___ RECORDS SHOWN ___
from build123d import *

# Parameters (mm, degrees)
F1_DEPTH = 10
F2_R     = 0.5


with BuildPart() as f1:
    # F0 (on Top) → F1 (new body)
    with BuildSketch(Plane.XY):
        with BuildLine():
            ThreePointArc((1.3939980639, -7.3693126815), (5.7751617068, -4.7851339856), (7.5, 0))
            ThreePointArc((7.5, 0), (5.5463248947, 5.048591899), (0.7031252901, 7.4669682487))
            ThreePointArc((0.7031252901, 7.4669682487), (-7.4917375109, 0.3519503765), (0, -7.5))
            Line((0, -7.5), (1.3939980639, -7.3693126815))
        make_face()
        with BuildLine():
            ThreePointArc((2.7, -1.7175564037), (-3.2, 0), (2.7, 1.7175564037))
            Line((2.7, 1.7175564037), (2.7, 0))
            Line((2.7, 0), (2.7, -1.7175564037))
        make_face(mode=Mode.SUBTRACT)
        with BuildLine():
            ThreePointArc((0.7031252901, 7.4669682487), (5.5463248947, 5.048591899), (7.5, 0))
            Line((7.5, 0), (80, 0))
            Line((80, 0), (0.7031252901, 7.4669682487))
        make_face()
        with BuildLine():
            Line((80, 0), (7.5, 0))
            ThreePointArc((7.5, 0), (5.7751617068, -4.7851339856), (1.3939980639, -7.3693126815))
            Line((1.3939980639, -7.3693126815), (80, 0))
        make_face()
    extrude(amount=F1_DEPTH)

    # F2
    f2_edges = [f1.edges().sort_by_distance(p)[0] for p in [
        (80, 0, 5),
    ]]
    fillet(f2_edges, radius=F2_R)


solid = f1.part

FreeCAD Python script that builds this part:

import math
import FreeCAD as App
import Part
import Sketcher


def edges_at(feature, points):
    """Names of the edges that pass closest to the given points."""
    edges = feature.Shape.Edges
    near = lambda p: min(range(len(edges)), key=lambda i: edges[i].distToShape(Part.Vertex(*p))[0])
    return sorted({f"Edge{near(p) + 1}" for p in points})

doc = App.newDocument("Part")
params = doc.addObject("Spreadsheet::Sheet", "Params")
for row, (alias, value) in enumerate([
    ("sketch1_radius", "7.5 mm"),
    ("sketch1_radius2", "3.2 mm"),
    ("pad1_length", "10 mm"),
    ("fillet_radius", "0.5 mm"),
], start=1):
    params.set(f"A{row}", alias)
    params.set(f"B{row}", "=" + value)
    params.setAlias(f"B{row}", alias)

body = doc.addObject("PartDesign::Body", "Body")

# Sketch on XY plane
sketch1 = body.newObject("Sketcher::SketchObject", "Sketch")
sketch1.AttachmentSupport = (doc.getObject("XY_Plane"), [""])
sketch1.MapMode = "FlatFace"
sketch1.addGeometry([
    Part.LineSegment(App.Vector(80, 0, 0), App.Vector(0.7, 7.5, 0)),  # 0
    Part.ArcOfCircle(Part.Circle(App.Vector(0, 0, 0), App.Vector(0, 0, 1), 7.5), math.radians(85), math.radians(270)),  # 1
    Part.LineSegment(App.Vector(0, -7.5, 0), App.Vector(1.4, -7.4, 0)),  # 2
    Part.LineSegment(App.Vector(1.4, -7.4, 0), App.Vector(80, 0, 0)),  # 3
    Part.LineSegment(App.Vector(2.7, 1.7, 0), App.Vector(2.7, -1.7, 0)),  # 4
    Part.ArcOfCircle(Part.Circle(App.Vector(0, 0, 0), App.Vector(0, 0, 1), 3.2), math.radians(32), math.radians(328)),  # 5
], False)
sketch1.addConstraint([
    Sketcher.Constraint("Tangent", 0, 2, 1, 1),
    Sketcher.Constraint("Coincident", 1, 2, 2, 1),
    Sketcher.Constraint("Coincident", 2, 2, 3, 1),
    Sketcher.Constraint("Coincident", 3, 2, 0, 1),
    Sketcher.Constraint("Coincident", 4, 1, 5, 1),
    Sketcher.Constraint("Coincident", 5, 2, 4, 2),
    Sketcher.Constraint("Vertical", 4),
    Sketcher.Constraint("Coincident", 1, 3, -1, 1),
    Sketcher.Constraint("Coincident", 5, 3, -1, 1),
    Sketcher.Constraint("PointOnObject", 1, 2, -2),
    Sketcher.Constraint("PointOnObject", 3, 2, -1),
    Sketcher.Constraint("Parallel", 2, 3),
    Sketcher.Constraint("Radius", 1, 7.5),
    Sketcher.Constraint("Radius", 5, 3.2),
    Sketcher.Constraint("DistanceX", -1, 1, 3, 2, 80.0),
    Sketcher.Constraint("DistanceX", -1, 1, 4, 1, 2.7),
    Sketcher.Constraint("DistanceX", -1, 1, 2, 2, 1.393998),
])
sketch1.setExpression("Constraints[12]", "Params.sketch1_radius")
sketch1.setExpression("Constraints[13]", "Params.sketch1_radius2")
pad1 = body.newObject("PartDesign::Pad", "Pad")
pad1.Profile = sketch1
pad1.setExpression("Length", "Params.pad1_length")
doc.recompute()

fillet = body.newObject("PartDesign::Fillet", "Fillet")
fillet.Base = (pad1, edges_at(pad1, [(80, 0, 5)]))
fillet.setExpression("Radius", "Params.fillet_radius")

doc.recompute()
___
___ RECORDS SHOWN ___
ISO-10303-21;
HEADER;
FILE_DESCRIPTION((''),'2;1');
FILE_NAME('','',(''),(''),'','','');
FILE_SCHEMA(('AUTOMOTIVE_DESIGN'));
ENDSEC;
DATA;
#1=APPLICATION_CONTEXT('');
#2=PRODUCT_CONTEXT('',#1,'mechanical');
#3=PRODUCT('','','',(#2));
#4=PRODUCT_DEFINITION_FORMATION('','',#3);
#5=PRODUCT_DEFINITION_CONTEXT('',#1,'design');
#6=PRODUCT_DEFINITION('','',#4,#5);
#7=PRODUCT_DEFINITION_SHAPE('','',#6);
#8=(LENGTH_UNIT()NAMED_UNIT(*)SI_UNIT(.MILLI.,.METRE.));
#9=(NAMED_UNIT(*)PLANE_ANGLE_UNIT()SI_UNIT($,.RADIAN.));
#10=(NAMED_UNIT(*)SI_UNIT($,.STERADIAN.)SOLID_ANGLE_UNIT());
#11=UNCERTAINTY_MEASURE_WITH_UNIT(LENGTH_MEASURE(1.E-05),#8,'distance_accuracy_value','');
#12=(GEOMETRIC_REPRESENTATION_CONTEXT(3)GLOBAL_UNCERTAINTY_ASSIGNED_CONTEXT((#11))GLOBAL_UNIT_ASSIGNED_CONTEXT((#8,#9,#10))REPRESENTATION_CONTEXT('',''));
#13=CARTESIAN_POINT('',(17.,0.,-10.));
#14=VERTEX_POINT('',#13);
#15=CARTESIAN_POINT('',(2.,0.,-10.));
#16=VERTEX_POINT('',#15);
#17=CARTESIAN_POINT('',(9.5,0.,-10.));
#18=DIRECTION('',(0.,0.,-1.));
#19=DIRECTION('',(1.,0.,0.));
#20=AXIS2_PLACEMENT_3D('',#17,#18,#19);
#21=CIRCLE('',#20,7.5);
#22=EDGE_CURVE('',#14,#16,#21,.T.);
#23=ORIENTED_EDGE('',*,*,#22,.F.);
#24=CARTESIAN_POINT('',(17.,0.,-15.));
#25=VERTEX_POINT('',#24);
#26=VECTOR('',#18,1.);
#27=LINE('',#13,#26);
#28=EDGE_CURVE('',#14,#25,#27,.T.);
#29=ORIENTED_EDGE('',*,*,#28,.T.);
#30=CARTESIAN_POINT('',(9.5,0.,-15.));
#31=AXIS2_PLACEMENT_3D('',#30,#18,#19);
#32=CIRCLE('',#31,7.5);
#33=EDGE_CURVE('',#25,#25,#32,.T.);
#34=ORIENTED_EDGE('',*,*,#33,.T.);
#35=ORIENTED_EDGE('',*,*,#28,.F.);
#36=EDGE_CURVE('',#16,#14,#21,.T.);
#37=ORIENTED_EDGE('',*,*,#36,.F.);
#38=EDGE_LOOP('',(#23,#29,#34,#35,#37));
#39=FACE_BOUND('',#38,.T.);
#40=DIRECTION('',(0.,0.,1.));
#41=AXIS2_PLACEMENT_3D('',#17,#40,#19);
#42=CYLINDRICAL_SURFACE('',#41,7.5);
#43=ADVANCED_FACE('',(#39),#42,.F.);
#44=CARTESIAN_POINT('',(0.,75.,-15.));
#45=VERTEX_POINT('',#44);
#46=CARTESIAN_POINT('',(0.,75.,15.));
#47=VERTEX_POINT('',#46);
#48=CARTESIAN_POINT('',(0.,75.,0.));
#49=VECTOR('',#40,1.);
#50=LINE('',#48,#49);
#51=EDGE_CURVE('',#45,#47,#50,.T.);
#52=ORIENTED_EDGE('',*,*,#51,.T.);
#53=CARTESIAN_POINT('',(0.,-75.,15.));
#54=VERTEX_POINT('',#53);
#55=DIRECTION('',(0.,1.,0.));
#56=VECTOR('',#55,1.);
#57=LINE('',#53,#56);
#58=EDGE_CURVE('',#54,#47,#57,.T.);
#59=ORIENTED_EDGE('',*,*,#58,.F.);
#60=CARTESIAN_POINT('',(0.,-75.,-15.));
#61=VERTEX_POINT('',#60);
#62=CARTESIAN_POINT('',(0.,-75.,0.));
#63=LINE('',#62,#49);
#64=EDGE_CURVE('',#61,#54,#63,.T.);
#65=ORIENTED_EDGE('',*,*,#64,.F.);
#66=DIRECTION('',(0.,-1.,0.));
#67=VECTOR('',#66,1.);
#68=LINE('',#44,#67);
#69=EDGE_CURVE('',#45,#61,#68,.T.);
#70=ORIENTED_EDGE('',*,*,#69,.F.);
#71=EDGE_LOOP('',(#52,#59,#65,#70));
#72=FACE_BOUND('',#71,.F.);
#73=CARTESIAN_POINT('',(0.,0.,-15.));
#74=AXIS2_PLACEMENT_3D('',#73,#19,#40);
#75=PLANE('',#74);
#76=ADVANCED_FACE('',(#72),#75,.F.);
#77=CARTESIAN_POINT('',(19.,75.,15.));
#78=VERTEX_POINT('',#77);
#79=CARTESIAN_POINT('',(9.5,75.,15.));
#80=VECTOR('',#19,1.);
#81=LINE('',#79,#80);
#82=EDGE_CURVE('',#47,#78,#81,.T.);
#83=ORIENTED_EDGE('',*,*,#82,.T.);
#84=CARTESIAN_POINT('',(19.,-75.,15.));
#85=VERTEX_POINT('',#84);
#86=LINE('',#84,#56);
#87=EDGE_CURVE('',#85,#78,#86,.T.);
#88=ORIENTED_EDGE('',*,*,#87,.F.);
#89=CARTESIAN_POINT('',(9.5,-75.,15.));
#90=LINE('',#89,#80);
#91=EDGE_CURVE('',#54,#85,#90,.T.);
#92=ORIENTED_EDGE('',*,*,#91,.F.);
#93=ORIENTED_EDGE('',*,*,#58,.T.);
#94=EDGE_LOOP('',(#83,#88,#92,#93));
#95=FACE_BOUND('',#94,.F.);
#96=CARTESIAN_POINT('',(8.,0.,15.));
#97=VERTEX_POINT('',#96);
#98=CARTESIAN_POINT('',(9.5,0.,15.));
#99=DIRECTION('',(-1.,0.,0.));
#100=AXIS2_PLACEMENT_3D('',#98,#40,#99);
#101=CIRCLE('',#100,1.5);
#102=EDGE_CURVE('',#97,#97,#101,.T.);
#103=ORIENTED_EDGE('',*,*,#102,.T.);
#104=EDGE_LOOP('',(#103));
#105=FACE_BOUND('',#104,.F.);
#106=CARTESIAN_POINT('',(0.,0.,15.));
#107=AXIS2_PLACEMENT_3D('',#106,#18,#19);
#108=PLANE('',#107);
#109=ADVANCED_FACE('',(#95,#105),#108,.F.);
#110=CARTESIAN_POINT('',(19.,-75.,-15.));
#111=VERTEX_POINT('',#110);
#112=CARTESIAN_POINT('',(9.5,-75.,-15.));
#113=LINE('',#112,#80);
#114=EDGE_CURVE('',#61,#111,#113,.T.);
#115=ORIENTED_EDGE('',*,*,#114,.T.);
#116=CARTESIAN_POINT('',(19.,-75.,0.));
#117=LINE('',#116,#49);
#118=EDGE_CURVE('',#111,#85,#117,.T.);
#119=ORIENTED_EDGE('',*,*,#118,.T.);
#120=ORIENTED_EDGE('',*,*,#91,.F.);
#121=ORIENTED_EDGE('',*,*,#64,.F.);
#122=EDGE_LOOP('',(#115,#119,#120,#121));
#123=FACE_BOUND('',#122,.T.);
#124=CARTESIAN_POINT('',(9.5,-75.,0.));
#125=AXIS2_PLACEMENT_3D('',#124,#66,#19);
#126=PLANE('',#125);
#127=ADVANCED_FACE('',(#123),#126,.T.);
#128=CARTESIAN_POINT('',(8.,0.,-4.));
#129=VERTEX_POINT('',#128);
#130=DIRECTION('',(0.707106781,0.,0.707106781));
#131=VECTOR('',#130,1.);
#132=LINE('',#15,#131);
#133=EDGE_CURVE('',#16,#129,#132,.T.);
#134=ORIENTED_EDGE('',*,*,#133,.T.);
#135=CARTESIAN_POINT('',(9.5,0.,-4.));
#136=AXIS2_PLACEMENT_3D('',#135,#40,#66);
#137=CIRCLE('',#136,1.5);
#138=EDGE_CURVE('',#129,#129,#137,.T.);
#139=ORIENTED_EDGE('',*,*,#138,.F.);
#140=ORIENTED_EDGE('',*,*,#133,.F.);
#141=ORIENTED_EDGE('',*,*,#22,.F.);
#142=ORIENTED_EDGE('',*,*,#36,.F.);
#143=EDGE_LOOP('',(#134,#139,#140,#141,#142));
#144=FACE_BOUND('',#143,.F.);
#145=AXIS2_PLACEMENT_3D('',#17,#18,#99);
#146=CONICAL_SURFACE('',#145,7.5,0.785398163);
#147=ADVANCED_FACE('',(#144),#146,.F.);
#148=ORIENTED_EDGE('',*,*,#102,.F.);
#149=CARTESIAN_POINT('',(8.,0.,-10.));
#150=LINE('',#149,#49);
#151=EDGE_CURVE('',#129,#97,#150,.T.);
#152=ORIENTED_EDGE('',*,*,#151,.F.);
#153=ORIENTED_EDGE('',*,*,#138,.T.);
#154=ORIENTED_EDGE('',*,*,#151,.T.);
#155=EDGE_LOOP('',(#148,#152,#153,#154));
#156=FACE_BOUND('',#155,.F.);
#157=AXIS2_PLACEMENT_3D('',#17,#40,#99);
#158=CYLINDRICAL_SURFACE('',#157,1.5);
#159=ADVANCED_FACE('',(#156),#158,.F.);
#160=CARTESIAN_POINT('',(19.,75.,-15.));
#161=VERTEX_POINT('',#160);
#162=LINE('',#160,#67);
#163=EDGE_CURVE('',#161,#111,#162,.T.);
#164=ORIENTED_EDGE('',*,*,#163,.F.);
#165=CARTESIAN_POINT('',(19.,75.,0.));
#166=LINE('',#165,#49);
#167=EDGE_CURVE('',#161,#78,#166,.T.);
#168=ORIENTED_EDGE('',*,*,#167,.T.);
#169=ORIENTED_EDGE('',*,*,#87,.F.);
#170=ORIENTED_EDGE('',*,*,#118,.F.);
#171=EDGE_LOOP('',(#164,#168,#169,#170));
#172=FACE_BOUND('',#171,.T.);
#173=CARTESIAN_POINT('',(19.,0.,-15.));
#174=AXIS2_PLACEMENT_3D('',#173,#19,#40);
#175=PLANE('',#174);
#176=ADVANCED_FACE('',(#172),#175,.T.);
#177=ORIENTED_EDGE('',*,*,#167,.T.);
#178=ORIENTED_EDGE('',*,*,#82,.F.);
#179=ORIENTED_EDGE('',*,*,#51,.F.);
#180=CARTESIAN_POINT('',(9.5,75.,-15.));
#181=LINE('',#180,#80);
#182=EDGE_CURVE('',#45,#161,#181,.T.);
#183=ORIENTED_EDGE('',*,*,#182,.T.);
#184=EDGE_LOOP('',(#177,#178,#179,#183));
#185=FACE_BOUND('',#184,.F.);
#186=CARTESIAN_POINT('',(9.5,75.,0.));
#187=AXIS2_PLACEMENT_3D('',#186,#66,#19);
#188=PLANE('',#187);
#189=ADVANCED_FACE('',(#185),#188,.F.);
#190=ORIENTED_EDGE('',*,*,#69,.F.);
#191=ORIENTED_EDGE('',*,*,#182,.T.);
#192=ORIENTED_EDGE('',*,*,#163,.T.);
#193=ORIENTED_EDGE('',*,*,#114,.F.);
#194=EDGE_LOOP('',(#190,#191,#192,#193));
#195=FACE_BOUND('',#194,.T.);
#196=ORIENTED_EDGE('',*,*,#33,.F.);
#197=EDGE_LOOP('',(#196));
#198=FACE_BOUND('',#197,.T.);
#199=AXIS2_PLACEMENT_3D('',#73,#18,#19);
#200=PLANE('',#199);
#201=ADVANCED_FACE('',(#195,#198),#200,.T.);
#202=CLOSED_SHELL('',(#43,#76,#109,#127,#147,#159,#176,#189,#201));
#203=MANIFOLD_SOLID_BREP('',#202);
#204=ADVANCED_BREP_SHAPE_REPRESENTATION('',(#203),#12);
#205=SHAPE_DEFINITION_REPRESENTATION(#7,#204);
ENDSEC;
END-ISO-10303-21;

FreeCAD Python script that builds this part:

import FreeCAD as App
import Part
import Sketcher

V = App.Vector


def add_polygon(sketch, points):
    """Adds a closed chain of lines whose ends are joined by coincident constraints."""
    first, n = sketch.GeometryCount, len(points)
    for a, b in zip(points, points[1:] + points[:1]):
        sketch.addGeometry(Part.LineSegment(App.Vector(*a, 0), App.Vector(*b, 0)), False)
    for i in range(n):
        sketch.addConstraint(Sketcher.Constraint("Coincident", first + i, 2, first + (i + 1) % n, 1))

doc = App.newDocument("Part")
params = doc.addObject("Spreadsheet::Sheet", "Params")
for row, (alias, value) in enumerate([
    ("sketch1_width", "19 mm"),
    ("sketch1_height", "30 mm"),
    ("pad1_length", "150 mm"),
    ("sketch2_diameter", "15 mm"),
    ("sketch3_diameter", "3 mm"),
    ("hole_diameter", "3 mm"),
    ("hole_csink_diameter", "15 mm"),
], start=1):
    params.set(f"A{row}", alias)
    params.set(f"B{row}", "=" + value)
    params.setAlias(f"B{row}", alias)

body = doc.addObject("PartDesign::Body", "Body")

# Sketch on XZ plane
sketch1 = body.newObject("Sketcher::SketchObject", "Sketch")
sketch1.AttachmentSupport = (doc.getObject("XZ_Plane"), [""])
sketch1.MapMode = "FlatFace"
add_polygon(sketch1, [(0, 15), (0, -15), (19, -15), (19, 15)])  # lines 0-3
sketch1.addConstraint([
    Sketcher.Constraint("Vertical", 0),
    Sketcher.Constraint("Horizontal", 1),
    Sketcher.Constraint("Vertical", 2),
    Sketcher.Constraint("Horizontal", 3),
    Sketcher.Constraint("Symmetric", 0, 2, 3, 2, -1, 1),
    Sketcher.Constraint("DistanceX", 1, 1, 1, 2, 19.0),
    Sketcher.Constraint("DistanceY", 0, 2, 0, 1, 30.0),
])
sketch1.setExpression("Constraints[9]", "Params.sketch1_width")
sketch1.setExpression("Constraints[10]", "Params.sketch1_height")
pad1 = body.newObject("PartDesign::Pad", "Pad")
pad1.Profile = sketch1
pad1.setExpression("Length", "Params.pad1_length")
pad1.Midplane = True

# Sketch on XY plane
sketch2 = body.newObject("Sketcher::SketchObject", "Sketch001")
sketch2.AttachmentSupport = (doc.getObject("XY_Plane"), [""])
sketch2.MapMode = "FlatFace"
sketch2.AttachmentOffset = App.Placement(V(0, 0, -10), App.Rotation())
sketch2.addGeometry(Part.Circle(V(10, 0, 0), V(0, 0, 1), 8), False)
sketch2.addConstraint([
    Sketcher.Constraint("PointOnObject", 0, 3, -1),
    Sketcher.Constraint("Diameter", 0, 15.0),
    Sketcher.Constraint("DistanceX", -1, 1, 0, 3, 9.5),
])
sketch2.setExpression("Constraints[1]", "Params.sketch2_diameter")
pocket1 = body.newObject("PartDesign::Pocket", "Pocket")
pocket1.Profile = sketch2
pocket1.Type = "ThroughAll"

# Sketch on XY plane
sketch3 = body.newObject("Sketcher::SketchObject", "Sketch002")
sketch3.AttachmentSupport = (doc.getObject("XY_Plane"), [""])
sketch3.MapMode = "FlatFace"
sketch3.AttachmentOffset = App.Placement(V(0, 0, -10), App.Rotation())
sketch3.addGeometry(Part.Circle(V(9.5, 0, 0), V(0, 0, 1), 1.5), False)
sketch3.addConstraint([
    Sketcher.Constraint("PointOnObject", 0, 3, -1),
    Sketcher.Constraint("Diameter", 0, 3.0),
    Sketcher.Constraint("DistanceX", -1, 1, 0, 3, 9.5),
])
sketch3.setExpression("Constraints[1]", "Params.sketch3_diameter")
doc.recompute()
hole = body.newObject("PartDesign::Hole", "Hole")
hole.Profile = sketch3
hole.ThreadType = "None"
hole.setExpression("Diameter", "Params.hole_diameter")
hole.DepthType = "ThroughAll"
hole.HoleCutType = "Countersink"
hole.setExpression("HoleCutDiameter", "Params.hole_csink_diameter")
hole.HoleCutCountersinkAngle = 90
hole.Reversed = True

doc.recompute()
___
Everything above from the line with "#43=ADVANCED_FACE('',(#39),#42,.F.);" to the line with "#54=VERTEX_POINT('',#53);", both included, must be repeated exactly, and nothing outside that range.

#43=ADVANCED_FACE('',(#39),#42,.F.);
#44=CARTESIAN_POINT('',(0.,75.,-15.));
#45=VERTEX_POINT('',#44);
#46=CARTESIAN_POINT('',(0.,75.,15.));
#47=VERTEX_POINT('',#46);
#48=CARTESIAN_POINT('',(0.,75.,0.));
#49=VECTOR('',#40,1.);
#50=LINE('',#48,#49);
#51=EDGE_CURVE('',#45,#47,#50,.T.);
#52=ORIENTED_EDGE('',*,*,#51,.T.);
#53=CARTESIAN_POINT('',(0.,-75.,15.));
#54=VERTEX_POINT('',#53);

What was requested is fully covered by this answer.